Now that you know how to deal with secrets, we're done here, right? Sorry, no. There are still two topics I need to cover: revocations and key rotations. I'll start with revocations.

A revocation, in cryptography, refers to the process of marking a key to not be used anymore by all parties. Usually this applies to situations where an attacker stole a secret key, like for example the key for signing access tokens or similar. I recommend that you have a revocation process in place, which makes sure that all services discard the stolen key and don't accept any signatures from that stolen key any longer. It's crucial to define a revocation process and usually vaults have such processes in place. They enable you to get rid of stolen keys from your system in case of a compromise, and therefore tremendously increase your security.

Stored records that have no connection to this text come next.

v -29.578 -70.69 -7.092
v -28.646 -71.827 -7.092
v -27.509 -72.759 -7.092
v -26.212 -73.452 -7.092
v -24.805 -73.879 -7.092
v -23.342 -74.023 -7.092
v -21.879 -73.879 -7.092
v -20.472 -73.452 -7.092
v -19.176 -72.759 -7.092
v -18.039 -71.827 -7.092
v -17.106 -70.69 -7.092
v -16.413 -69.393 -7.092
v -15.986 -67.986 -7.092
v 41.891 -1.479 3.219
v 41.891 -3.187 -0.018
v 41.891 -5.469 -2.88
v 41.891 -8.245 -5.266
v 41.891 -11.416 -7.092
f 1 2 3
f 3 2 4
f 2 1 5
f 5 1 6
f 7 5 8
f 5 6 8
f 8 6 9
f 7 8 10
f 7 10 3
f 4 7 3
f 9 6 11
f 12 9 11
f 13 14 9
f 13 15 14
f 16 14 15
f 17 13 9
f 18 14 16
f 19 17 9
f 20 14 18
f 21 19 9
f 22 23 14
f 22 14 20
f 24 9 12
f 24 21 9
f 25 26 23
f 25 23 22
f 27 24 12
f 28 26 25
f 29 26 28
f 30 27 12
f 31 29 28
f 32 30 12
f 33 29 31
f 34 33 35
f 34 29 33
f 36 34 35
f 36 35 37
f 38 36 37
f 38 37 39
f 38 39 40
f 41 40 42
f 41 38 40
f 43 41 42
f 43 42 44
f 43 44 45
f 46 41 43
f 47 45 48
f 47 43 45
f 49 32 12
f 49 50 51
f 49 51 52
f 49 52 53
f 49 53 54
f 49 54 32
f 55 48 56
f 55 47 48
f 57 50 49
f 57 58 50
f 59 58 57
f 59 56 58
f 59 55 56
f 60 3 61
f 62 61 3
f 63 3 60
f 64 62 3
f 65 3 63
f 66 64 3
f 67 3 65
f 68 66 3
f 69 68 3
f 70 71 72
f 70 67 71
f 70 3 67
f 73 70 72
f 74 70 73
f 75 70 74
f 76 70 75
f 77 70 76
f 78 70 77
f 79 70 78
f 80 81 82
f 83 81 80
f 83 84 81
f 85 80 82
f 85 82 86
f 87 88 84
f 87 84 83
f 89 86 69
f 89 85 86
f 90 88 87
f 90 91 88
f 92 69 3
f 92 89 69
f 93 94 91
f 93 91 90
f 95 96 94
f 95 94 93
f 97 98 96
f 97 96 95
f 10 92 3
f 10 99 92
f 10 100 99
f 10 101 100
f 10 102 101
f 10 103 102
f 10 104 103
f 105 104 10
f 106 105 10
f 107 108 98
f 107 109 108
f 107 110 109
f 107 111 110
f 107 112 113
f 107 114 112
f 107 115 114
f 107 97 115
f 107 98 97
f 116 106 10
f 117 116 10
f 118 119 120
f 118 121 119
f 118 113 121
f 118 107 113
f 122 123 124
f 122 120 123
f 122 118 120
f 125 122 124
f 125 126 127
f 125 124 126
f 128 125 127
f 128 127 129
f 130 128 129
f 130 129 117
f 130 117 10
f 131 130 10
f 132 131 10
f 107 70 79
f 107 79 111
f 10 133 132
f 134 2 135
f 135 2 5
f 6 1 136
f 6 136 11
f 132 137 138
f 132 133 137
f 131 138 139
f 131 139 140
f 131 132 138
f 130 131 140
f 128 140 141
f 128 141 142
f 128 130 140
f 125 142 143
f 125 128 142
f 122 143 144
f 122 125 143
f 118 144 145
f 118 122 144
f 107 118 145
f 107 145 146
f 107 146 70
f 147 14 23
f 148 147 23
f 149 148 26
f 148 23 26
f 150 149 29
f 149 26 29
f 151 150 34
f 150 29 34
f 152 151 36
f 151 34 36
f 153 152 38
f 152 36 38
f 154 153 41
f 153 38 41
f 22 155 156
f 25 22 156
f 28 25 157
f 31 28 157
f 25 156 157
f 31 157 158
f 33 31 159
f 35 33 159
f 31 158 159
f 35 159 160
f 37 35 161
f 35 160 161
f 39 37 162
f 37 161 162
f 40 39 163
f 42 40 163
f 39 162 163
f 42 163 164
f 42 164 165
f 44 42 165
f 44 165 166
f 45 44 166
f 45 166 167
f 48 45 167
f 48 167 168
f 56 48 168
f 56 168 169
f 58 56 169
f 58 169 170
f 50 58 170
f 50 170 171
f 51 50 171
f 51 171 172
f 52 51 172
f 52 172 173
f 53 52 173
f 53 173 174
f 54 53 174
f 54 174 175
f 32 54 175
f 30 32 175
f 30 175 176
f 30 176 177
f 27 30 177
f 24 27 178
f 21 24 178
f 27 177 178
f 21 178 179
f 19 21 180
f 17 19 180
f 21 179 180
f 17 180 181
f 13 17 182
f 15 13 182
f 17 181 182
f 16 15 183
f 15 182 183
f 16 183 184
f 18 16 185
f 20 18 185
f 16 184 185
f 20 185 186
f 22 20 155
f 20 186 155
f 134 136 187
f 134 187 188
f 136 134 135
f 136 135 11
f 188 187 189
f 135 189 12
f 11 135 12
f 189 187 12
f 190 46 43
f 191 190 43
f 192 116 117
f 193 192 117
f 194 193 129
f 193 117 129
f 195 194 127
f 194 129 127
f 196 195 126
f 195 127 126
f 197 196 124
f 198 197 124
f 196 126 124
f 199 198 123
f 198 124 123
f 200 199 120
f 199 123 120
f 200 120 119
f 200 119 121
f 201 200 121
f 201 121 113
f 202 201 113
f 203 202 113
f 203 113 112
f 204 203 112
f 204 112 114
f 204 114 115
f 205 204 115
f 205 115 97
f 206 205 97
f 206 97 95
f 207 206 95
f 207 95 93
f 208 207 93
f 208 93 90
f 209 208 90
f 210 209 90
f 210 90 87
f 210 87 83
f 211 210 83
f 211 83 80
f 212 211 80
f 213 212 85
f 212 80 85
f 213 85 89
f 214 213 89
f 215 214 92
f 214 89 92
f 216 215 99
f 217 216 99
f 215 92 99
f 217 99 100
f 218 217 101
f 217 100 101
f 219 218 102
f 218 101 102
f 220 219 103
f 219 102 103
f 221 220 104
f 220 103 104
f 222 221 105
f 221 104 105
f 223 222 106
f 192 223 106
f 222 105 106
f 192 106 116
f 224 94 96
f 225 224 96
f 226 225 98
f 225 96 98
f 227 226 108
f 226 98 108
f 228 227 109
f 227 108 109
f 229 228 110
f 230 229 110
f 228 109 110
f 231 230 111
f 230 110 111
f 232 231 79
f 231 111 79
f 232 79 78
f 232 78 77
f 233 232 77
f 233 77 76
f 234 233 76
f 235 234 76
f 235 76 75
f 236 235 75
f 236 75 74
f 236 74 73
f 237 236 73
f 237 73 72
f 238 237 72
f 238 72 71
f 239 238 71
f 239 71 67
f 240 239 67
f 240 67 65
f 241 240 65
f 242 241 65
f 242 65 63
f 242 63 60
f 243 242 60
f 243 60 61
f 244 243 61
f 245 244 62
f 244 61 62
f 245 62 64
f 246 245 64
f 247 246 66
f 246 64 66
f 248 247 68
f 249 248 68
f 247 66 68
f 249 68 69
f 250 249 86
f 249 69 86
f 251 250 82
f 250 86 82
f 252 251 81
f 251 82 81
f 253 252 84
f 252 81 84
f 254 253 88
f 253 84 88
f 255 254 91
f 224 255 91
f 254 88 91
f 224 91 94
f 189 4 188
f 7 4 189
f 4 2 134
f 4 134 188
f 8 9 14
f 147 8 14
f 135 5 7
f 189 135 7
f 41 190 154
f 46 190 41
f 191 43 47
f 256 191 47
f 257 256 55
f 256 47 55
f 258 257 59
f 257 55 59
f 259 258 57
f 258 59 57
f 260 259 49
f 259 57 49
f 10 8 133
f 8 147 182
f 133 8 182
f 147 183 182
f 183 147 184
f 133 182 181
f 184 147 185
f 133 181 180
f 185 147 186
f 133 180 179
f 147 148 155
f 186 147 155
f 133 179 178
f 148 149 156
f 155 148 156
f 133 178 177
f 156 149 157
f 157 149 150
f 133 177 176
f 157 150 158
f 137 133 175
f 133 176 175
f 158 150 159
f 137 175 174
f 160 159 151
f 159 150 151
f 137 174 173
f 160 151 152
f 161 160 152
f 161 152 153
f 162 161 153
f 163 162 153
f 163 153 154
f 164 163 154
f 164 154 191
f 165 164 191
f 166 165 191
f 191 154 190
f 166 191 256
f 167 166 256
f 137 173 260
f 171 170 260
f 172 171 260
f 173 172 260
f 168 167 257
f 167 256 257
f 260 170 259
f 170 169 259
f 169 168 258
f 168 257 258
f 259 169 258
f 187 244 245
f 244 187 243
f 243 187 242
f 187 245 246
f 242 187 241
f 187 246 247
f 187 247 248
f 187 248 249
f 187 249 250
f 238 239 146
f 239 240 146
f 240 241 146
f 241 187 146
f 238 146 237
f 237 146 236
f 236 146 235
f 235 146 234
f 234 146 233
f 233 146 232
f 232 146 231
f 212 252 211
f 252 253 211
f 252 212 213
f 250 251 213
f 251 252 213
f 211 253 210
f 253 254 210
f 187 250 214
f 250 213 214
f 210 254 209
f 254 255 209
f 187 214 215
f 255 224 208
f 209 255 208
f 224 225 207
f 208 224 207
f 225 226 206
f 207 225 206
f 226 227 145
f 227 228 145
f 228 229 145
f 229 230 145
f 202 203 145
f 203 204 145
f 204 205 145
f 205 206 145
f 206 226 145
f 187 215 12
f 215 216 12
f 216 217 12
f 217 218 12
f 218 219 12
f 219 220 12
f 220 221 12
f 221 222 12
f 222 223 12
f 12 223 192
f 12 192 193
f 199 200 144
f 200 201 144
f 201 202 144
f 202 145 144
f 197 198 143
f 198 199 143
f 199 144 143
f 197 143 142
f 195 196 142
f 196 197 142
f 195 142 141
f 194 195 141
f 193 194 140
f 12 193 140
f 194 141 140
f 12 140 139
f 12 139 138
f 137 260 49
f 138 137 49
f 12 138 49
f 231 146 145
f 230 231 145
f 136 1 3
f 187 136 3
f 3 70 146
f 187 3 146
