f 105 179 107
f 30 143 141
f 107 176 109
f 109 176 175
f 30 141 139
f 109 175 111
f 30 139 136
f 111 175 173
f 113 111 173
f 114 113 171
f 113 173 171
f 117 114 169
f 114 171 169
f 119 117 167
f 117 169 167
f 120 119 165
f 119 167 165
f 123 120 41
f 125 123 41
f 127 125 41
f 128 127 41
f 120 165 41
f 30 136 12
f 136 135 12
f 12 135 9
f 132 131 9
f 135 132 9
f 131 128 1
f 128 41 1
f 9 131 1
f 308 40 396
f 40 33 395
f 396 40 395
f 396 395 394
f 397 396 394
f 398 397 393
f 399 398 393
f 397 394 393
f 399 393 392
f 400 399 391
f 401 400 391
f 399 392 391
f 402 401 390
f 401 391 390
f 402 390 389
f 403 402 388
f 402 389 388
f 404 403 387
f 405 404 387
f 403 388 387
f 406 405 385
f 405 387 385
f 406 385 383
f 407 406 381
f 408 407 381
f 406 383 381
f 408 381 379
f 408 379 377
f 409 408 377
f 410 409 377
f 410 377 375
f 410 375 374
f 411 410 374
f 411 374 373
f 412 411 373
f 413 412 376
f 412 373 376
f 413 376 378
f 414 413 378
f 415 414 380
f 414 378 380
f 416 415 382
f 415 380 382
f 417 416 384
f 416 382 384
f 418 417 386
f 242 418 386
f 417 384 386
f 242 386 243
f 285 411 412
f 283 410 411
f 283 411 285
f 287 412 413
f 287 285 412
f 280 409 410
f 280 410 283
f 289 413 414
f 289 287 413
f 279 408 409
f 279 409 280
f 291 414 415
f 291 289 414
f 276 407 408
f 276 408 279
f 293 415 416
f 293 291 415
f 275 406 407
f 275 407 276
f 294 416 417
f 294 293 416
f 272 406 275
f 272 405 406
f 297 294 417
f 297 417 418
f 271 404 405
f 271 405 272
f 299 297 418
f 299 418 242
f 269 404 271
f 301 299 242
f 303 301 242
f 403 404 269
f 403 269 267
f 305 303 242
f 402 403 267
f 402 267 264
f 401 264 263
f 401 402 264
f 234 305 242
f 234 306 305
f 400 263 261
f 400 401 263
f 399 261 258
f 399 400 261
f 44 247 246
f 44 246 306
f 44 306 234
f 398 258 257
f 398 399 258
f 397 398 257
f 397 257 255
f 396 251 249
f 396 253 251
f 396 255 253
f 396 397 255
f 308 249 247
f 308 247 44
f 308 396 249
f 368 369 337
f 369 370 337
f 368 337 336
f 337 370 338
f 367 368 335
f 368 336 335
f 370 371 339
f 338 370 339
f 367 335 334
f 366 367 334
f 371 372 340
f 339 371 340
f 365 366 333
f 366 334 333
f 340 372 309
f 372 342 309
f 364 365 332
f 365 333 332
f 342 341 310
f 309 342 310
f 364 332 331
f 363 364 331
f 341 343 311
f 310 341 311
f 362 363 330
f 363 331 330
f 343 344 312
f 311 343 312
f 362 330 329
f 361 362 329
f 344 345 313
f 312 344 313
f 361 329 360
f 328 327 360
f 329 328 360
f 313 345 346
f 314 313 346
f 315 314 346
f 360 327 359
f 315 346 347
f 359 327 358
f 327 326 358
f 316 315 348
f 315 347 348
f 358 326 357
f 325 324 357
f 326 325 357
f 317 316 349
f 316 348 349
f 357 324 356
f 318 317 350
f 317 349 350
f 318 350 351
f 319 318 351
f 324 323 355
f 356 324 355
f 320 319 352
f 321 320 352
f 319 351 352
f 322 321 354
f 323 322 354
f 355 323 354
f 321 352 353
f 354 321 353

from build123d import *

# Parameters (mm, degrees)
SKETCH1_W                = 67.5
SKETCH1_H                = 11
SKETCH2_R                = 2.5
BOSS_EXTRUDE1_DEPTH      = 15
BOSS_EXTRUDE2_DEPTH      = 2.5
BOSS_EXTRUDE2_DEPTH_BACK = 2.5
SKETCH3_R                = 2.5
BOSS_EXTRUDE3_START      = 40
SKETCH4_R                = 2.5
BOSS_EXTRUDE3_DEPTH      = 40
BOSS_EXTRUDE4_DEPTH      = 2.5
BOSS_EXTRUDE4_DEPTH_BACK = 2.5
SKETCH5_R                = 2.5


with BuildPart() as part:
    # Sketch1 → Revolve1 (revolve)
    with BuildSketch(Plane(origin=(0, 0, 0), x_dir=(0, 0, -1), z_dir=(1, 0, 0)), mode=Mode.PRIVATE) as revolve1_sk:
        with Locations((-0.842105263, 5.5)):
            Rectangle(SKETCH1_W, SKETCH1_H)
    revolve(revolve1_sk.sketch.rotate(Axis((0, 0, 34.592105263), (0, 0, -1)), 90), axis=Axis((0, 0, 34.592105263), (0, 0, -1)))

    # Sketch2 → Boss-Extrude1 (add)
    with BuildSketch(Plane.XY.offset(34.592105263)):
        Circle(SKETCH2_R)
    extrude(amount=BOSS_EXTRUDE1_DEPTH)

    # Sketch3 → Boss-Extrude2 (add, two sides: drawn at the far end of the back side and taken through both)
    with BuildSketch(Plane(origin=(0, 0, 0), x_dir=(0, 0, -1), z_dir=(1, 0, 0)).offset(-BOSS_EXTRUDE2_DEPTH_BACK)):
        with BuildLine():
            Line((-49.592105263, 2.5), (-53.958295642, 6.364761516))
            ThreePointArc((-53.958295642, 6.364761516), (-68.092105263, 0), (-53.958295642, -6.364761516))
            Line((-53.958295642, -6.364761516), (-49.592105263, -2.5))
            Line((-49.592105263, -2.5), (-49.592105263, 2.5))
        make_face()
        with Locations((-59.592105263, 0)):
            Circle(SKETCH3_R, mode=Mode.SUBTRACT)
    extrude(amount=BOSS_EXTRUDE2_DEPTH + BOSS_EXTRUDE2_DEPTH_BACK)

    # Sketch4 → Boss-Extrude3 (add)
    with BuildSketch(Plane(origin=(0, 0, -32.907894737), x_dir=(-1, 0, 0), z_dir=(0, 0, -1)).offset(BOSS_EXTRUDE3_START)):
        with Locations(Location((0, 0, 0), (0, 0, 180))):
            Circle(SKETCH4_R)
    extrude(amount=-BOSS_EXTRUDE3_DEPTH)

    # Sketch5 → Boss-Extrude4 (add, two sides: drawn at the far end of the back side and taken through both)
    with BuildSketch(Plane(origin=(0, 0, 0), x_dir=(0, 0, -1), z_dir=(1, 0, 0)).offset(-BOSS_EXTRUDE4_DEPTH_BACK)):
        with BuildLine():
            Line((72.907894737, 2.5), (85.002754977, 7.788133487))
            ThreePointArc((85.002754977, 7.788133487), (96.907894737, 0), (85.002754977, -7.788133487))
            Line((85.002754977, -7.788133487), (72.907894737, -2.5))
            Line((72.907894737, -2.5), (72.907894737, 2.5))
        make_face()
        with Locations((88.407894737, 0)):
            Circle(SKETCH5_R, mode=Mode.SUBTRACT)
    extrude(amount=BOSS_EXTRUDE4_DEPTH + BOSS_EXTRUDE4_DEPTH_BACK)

Key rotation, on the other hand, forms a key ingredient to keep the cryptography of your services safe. For example, the more data you encrypt with the same key, the more information an attacker may acquire about that key. Gathering such information may not be useful at the moment but may enable an attacker at a later point in time to infer the encryption key, thereby breaking the confidentiality of data. So rotating keys is vital to secure your services, and additionally, it also limits the impact of a stolen key in case you don't know that a key was stolen. For example, suppose an attacker steals a key without you noticing. In that case, if the cluster doesn't rotate keys like, for example TLS keys; the attacker could use the key without any time limitation. By contrast, if you rotate your keys after one week, the attacker can mount attacks only for one week. This should highlight the importance of key rotation.

Code Example

In the GitHub repository https://github.com/apirker/middlewares, I provide some middleware implementations as an example for you to explore the techniques and ideas of middleware in this article.

Let's Summarize Now

I have shown you how to build a secure town. You started by protecting your entire cloud, by putting everything into a virtual private cloud, and defining only a single front-door, protected by strong guards that make sure only known applications talk to your back-end. Next, you protected your streets - the communication paths - by using TLS-protected channels to communicate information between services. This guarantees that an attacker who makes it into the cluster isn't able to read or modify your communications. Further, by splitting up the entire cluster into smaller parts, you managed to define pathways for communications between your services in a strict manner. After that, you turned your attention to services, starting with the front door of each building. The front doors you protect by JWT-based techniques, potentially together, even with access-control lists for mission-critical services. All of these concerns you nicely implement in terms of middleware, also making them reusable. The next step was to protect the building itself, and for that purpose, I've shown you some Docker hardenings together with input data validation and sanitizing techniques. Both of these are essential, especially the input data validation. Finally, I discussed various approaches for how to deal with secrets in Kubernetes, about the pros and cons of each. These, together with an effective revocation process and key rotation in place, boost your secret handling to the next level.